Entwicklung eines gemischt genutzten, nachhaltigen und urbanen Stadtquartiers




www.hachez-quartier.de





The current situation on a grey day is little impressing with a very heterogenous picture typical of the areas with a lot of bomb damage:



















COBE was invited to come up with an idea for the conversion of the area, later several Ideenwettbewerbe (public participation workshops) were held and this is the current vision in which nearly all pre-war buildings (in brown) are to be preserved and converted into a mix of residential and commercial use:










This is a screenshot from the local TV news magazine:









(this and the following taken from: Das sind die Entwürfe für das Hachez-Areal in der Bremer Neustadt)

The street front towards "Westerstraße":










Construction is planned to start 2024. Could also become a nice improvement in the currently rather bland area.


----------



## Bremennorder (Oct 4, 2017)

Interesting little side note: The chocolate manufacturer HACHEZ that left the Neustadt district, making room for the abovementioned HACHEZ-Quartier conversion project, moved to the Tabakquartier area - another industrial conversion site (already shown by Heinzer earlier in this thread) where a tobacco factory was abandoned a few years ago and is currently being redeveloped into a mixed-use area:



*





HACHEZ zieht ins TABAKQUARTIER – Tabakquartier







tabakquartier.com




*
Could be the start of a nice trend where more companies leave their old sites, allowing for industrial conversion projects, and then relocate to populate similar, already completed and converted areas.


----------



## ibraznikov (Jun 29, 2021)

New buildings in Bremen are a perfect combination of modernism and historical culture.
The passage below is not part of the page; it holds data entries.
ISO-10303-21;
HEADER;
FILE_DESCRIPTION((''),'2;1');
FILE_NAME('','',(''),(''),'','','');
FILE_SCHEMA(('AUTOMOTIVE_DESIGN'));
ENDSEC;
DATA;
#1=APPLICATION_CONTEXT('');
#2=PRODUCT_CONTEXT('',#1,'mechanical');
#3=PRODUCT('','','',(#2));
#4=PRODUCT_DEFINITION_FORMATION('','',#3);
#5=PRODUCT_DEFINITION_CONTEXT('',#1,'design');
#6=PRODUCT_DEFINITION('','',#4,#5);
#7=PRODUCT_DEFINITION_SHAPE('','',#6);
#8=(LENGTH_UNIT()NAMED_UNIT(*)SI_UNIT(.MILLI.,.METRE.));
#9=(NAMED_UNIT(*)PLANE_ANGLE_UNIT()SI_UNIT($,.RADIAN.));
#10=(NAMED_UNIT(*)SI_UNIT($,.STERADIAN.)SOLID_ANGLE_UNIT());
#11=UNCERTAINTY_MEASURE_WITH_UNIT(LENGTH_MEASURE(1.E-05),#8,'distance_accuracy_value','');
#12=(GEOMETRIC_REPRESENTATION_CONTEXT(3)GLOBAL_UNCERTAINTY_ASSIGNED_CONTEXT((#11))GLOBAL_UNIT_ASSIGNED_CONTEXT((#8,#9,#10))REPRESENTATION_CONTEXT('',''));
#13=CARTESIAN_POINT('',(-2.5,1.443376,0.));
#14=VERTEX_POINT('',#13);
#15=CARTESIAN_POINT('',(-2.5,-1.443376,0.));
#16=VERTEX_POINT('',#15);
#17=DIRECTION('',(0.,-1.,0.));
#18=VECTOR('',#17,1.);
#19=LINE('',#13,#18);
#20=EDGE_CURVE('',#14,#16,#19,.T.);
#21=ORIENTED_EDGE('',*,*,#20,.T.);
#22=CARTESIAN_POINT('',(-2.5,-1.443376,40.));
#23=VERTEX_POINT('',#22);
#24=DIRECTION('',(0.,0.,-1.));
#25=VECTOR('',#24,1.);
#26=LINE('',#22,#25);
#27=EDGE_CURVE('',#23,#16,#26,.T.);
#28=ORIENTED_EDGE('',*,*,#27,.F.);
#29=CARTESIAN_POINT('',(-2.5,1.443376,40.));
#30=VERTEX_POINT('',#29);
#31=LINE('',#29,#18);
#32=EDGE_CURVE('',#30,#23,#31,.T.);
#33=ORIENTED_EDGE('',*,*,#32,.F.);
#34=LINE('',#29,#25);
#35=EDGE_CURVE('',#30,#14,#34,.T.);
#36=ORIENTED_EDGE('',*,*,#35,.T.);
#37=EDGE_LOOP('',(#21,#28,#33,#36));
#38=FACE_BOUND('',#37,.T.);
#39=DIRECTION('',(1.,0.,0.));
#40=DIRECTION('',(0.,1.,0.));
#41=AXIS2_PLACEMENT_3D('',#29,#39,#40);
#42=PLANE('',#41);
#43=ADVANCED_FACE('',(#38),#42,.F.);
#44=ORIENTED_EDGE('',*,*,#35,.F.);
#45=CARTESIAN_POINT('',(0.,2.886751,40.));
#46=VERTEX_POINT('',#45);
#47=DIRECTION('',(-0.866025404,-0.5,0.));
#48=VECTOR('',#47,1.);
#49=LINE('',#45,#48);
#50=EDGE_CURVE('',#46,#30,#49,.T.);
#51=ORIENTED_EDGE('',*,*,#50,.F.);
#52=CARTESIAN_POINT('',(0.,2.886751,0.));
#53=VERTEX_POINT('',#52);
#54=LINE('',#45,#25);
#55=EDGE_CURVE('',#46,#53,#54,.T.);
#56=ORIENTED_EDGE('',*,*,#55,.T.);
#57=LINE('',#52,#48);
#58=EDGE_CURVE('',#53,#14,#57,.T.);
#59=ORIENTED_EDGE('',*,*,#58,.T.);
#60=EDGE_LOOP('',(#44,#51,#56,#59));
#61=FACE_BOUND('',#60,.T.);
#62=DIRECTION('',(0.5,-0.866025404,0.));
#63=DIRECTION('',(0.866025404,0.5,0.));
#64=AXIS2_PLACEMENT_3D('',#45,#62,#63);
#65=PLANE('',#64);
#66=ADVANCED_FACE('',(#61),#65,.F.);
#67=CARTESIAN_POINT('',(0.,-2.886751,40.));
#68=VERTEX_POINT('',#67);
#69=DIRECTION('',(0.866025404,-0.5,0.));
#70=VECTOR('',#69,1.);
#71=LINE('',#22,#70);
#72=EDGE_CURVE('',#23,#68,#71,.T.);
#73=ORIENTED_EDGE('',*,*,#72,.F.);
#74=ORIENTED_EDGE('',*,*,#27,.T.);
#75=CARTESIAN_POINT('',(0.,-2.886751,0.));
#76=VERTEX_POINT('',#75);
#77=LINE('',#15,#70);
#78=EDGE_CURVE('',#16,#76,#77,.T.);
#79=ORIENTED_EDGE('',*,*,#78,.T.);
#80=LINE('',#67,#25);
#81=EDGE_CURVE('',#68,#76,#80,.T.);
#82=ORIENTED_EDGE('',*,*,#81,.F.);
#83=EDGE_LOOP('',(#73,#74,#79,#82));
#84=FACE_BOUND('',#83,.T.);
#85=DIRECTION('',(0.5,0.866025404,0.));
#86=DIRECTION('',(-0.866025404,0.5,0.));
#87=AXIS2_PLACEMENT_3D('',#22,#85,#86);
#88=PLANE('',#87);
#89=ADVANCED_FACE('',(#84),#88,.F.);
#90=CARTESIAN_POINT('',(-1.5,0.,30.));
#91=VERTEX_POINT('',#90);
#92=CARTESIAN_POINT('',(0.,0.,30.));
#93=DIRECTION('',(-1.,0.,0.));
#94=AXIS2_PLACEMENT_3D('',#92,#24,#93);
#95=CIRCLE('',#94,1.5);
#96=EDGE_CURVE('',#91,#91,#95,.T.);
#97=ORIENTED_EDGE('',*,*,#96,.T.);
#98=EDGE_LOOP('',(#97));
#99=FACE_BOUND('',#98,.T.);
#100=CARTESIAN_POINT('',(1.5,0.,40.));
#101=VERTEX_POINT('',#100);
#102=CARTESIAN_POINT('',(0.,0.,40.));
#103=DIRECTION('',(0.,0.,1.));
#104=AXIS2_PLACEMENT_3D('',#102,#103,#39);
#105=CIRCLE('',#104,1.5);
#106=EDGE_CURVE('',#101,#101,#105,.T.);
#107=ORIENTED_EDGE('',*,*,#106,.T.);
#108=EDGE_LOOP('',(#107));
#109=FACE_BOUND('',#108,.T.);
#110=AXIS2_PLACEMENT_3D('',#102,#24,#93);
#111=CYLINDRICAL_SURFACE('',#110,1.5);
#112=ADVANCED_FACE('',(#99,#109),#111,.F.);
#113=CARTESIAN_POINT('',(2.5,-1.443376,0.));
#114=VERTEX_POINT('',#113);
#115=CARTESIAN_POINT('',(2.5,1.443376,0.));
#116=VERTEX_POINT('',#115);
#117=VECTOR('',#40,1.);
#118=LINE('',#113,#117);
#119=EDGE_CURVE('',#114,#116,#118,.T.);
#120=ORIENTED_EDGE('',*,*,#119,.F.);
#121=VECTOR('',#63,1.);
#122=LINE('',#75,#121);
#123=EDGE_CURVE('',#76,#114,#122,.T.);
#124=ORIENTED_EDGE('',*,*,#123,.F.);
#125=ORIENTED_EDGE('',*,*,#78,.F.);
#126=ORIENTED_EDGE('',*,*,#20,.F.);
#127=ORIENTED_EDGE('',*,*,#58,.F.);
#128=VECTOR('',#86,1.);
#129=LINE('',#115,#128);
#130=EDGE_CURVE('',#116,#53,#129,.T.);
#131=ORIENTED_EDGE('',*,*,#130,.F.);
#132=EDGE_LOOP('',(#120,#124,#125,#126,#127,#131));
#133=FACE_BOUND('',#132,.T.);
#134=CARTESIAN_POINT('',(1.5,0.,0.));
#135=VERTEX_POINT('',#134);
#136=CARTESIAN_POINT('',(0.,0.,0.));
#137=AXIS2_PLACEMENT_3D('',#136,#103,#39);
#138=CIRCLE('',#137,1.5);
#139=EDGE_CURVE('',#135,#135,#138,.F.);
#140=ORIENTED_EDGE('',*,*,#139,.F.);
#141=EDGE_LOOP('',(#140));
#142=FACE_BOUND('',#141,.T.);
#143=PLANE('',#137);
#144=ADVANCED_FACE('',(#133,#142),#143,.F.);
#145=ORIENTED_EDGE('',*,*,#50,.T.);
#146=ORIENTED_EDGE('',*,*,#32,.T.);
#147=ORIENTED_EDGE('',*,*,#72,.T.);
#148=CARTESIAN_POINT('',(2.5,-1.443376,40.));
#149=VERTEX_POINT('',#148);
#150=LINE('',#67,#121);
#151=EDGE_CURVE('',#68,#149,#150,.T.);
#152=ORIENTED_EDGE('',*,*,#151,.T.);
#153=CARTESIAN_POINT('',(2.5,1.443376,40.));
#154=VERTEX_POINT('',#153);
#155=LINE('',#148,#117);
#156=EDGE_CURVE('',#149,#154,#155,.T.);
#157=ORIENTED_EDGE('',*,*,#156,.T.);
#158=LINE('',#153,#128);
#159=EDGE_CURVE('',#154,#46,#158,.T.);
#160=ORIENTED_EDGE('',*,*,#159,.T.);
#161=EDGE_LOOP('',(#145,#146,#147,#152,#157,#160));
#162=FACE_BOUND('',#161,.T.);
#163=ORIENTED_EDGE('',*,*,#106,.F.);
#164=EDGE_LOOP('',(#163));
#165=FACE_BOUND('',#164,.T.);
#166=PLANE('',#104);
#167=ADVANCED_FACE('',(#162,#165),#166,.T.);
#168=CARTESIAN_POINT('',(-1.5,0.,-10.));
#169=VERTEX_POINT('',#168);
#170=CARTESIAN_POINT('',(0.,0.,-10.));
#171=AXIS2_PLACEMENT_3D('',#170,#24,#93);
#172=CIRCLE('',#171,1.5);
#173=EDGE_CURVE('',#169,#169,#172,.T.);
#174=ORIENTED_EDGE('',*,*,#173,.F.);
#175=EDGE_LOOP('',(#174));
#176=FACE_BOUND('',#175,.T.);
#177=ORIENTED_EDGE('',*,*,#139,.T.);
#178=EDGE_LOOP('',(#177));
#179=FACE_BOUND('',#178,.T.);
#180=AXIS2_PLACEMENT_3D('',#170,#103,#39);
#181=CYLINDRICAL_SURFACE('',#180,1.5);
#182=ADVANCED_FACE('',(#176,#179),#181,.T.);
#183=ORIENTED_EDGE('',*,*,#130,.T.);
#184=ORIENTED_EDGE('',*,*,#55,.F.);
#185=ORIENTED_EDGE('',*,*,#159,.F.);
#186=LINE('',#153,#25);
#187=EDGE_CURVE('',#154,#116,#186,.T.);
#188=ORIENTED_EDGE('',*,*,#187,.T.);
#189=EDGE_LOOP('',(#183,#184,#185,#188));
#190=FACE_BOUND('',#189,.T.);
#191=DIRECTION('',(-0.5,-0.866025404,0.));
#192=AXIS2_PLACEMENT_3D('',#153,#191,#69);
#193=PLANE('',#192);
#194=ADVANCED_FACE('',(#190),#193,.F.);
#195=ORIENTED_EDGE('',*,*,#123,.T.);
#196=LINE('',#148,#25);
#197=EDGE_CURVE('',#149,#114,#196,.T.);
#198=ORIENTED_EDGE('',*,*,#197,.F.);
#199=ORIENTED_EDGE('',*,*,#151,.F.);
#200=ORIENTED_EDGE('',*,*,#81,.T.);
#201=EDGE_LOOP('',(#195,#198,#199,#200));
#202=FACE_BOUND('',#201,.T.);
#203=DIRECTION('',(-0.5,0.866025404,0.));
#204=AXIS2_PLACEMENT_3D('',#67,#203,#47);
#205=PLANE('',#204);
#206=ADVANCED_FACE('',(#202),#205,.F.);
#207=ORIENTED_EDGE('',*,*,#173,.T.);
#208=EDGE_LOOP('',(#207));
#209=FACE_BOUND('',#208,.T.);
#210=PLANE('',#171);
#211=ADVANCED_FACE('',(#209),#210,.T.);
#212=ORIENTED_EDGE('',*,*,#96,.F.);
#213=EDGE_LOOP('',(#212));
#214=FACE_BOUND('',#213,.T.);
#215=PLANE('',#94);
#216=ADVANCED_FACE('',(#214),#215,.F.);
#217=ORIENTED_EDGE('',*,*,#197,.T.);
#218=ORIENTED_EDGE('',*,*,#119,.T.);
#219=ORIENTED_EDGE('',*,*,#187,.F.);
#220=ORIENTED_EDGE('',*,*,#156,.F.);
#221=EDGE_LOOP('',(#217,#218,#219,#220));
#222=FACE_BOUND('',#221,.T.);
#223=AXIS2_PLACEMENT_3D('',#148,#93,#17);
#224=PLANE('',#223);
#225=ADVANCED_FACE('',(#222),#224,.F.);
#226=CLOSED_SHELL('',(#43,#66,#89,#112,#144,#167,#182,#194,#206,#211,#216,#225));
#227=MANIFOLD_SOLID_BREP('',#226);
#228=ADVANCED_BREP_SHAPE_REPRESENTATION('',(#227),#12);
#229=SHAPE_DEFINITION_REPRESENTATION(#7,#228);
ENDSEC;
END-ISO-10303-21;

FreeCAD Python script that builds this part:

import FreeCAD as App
import Part
import Sketcher
from FreeCAD import Vector
Q = App.Units.Quantity

doc = App.newDocument("Part")
body = doc.addObject("PartDesign::Body", "Body")

# Sketch on XY plane
sketch1 = body.newObject("Sketcher::SketchObject", "Sketch")
sketch1.AttachmentSupport = (doc.getObject("XY_Plane"), [""])
sketch1.MapMode = "FlatFace"
sketch1.addGeometry([
    Part.LineSegment(Vector(0, -2.9, 0), Vector(2.5, -1.4, 0)),  # 0
    Part.LineSegment(Vector(2.5, -1.4, 0), Vector(2.5, 1.4, 0)),  # 1
    Part.LineSegment(Vector(2.5, 1.4, 0), Vector(0, 2.9, 0)),  # 2
    Part.LineSegment(Vector(0, 2.9, 0), Vector(-2.5, 1.4, 0)),  # 3
    Part.LineSegment(Vector(-2.5, 1.4, 0), Vector(-2.5, -1.4, 0)),  # 4
    Part.LineSegment(Vector(-2.5, -1.4, 0), Vector(0, -2.9, 0)),  # 5
    Part.Circle(Vector(0, 0, 0), Vector(0, 0, 1), 1.5),  # 6
], False)
sketch1.addConstraint([
    Sketcher.Constraint("Coincident", 0, 2, 1, 1),
    Sketcher.Constraint("Coincident", 1, 2, 2, 1),
    Sketcher.Constraint("Coincident", 2, 2, 3, 1),
    Sketcher.Constraint("Coincident", 3, 2, 4, 1),
    Sketcher.Constraint("Coincident", 4, 2, 5, 1),
    Sketcher.Constraint("Coincident", 5, 2, 0, 1),
    Sketcher.Constraint("Vertical", 1),
    Sketcher.Constraint("Vertical", 4),
    Sketcher.Constraint("Coincident", 6, 3, -1, 1),
    Sketcher.Constraint("Symmetric", 0, 2, 3, 2, -1, 1),
    Sketcher.Constraint("Symmetric", 2, 2, 5, 2, -1, 1),
    Sketcher.Constraint("PointOnObject", 2, 2, -2),
    Sketcher.Constraint("Parallel", 2, 5),
    Sketcher.Constraint("Horizontal", 1, 2, 3, 2),
    Sketcher.Constraint("Diameter", 6, Q("3 mm")),
    Sketcher.Constraint("Angle", 0, Q("30 deg")),
    Sketcher.Constraint("DistanceX", 3, 2, 1, 2, Q("5 mm")),
    Sketcher.Constraint("DistanceY", 1, 1, 1, 2, Q("2.886751 mm")),
])
pad1 = body.newObject("PartDesign::Pad", "Pad")
pad1.Profile = sketch1
pad1.Length = 40

# Sketch on XY plane
sketch2 = body.newObject("Sketcher::SketchObject", "Sketch001")
sketch2.AttachmentSupport = (doc.getObject("XY_Plane"), [""])
sketch2.MapMode = "FlatFace"
sketch2.addGeometry(Part.Circle(Vector(0, 0, 0), Vector(0, 0, 1), 1.5), False)
sketch2.addConstraint([
    Sketcher.Constraint("Coincident", 0, 3, -1, 1),
    Sketcher.Constraint("Diameter", 0, Q("3 mm")),
])
pad2 = body.newObject("PartDesign::Pad", "Pad001")
pad2.Profile = sketch2
pad2.Type = "TwoLengths"
pad2.Length = 10
pad2.Length2 = 30
pad2.Reversed = True

doc.recompute()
They fit seamlessly into the architecture that already exists. Those who worked on these projects did a tremendous job.


----------



## Heinzer (Mar 17, 2014)

ibraznikov said:


> New buildings in Bremen are a perfect combination of modernism and historical culture. They fit seamlessly into the architecture that already exists. Those who worked on these projects did a tremendous job.


Many of these projects are still in the planning phase and can still be messed up later in the process but I agree that things are looking quite interesting. We hope you are alive and well in Ukraine! Although I and many of my fellow countrymen wish Germany had done more to help you, we stand by you in these hard times. It seems almost petty that I go on with some conversion project while your country is being attacked by Russia so close to us. But here it goes:

Another project with a similar vibe is the "Steingutquartier" in Bremen-Nord. It planned on the site of an earthenware factory in the district of Grohn. Currently, the whole area is almost completely covered in production buildings:










The industrial buildings are only of limited charms with only a few remaining prewar "classic" buildings that will be restored:










The competition results for the redevelopment of the area were presented a couple of weeks ago:










No. 6 by SchönbornSchmitz Architects (Berlin) won the competition. The following visualizations are taken from this site: Steingutquartier Bremen - SCHÖNBORNSCHMITZ ARCHITEKTEN










It will be the typical mix of office and residential buildings, I quite like the idea of these row houses in the southern part of the area. Some visualizations, the first being the view along the S-Bahn tracks towards the northern side of the area:





































These have a somewhat preliminary character and are by no means the final designs. But again, I think -if carried out well- this could be a very urban and interesting area for Bremen.


----------



## ibraznikov (Jun 29, 2021)

Heinzer said:


> Many of these projects are still in the planning phase and can still be messed up later in the process but I agree that things are looking quite interesting. We hope you are alive and well in Ukraine! Although I and many of my fellow countrymen wish Germany had done more to help you, we stand by you in these hard times. It seems almost petty that I go on with some conversion project while your country is being attacked by Russia so close to us. But here it goes:
> 
> Another project with a similar vibe is the "Steingutquartier" in Bremen-Nord. It planned on the site of an earthenware factory in the district of Grohn. Currently, the whole area is almost completely covered in production buildings:
> 
> ...


Thank you for your support! We hope that good will win and that Ukraine will have bright times ahead.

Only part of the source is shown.